[Stored records]
══════════

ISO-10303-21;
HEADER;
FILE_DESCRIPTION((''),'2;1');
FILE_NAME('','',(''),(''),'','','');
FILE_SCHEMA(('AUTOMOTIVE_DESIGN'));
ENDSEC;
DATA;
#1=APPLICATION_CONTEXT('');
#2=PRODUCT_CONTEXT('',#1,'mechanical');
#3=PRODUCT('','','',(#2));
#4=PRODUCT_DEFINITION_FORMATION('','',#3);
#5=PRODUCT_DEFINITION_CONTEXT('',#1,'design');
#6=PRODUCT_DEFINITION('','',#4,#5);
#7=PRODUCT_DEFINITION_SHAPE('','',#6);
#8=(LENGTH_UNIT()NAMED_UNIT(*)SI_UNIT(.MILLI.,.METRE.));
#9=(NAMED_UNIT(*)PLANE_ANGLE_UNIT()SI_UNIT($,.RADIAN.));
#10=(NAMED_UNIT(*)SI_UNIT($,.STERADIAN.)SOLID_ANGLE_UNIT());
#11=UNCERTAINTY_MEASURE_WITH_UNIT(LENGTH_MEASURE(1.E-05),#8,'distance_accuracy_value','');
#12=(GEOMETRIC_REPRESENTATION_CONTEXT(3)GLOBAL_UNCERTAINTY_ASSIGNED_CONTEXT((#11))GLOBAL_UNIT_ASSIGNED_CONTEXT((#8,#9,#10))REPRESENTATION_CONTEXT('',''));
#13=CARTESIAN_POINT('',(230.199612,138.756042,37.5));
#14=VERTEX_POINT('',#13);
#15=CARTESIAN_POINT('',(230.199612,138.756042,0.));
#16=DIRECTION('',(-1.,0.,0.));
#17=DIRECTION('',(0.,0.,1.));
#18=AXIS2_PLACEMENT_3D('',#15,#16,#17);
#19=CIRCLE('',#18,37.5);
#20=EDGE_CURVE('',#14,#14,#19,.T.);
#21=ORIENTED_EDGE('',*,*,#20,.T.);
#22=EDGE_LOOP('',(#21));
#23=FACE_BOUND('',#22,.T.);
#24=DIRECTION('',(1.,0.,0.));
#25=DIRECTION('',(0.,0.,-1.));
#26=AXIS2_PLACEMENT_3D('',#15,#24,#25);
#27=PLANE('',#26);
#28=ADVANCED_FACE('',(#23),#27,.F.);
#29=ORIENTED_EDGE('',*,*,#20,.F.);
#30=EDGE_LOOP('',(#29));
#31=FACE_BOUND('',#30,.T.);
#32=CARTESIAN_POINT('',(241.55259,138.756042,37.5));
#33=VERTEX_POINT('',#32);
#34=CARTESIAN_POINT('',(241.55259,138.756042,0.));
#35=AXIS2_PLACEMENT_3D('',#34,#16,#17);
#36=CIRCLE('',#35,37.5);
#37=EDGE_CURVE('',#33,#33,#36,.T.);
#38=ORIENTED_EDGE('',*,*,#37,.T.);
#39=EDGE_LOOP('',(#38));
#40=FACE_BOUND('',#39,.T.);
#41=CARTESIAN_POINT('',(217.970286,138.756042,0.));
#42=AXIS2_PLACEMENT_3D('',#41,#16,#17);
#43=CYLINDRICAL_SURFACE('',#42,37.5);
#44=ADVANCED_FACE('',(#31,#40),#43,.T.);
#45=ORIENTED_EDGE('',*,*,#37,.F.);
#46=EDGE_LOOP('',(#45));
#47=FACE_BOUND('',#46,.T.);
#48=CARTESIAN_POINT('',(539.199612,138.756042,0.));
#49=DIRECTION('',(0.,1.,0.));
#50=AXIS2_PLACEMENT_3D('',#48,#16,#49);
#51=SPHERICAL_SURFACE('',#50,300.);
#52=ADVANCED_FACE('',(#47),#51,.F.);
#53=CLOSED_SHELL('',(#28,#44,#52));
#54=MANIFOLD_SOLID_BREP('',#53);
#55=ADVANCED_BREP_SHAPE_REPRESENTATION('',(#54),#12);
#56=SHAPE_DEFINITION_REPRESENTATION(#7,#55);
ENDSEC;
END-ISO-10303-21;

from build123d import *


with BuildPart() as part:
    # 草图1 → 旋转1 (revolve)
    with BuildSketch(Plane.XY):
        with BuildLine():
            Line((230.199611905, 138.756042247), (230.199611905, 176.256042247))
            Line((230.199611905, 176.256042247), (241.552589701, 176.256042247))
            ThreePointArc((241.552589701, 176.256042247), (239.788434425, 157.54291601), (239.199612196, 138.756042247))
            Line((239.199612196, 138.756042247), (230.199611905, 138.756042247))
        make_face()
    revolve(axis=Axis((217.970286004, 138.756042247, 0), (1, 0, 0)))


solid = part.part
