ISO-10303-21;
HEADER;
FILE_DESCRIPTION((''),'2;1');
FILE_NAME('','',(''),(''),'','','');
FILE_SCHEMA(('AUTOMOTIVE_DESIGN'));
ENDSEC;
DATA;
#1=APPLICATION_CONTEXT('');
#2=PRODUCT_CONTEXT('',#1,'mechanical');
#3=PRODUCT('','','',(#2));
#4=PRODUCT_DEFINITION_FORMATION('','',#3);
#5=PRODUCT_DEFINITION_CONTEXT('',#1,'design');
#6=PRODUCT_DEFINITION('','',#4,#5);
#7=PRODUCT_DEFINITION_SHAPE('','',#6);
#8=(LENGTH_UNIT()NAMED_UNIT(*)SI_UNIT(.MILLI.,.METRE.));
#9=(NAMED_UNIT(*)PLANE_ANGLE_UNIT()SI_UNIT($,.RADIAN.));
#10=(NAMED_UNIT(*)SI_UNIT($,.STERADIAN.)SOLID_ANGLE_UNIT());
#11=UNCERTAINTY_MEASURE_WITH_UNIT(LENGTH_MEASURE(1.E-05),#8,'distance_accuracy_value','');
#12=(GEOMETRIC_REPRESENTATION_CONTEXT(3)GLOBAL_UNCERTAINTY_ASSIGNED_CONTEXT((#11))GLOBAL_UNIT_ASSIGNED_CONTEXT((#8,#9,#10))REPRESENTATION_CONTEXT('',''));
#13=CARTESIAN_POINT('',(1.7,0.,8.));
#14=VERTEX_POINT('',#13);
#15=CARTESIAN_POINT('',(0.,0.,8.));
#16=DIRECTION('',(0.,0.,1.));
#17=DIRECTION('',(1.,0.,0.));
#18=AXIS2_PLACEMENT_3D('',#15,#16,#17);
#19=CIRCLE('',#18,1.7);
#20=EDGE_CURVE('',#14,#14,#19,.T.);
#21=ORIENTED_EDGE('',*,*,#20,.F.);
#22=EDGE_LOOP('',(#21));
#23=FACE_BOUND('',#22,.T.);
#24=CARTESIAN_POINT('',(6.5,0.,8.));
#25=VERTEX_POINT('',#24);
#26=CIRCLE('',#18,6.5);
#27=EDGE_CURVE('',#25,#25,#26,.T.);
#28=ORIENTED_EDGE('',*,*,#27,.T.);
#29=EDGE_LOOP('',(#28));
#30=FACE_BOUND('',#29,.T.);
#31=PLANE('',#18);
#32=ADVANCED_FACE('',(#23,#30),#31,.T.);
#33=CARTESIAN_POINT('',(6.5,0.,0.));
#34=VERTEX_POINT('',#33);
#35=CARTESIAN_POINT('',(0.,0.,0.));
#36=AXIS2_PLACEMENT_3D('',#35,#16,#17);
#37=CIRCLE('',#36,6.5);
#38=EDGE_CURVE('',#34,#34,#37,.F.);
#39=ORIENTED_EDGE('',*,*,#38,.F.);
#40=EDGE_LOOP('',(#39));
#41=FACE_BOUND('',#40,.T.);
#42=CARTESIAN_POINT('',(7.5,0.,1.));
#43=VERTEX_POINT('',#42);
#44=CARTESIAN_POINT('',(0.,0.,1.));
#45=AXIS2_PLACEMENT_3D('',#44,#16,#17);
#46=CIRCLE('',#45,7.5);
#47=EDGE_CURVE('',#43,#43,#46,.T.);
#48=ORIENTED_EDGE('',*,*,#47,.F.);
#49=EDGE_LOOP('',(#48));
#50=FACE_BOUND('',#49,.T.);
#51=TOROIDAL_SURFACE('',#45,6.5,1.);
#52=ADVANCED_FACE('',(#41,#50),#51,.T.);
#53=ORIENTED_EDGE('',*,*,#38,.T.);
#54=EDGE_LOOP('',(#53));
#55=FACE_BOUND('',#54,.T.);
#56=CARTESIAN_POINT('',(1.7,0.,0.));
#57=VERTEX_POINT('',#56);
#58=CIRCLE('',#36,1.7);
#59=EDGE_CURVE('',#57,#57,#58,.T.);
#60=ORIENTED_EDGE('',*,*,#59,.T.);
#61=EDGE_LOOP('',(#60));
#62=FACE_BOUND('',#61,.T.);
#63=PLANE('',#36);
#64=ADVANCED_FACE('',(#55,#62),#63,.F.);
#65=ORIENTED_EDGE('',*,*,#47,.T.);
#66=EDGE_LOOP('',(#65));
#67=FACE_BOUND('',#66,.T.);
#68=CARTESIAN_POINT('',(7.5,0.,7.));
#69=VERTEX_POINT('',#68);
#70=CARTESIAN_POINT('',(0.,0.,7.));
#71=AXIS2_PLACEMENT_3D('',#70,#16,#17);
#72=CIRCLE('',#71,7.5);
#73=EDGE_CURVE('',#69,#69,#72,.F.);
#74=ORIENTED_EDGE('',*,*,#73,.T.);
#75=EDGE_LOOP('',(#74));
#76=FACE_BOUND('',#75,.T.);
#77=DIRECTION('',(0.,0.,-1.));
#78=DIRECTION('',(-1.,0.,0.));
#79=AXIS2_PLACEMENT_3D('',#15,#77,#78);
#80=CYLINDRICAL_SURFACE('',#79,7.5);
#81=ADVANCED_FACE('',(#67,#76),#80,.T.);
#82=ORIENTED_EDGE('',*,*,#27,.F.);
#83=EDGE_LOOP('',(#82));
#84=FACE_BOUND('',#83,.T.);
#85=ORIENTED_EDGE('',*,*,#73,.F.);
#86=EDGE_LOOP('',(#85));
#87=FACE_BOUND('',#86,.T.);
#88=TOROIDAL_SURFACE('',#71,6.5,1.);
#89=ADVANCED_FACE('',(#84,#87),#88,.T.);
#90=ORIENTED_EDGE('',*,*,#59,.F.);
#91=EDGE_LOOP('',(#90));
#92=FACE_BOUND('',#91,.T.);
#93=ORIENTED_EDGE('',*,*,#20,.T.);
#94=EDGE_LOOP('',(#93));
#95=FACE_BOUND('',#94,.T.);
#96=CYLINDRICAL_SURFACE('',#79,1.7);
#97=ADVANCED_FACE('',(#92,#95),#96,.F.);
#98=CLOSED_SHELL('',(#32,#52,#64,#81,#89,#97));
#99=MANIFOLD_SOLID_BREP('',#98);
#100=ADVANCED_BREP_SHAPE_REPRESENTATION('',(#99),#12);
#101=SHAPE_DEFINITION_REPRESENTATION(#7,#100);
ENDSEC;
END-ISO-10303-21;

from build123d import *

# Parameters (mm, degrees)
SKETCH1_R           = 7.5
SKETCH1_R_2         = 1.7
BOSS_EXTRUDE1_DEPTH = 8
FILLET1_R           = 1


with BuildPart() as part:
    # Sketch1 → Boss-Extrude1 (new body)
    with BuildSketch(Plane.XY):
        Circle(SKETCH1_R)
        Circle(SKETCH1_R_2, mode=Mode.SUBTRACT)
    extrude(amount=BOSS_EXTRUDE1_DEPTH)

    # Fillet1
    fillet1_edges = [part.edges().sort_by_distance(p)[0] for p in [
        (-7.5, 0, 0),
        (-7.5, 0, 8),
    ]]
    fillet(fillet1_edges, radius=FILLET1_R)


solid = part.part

══════════

About this task = The lines above starting at the one that contains "#31=PLANE('',#18);" and ending at the one that contains "#38=EDGE_CURVE('',#34,#34,#37,.F.);" must be transcribed exactly, and no other lines may appear.

Solution to this problem =
#31=PLANE('',#18);
#32=ADVANCED_FACE('',(#23,#30),#31,.T.);
#33=CARTESIAN_POINT('',(6.5,0.,0.));
#34=VERTEX_POINT('',#33);
#35=CARTESIAN_POINT('',(0.,0.,0.));
#36=AXIS2_PLACEMENT_3D('',#35,#16,#17);
#37=CIRCLE('',#36,6.5);
#38=EDGE_CURVE('',#34,#34,#37,.F.);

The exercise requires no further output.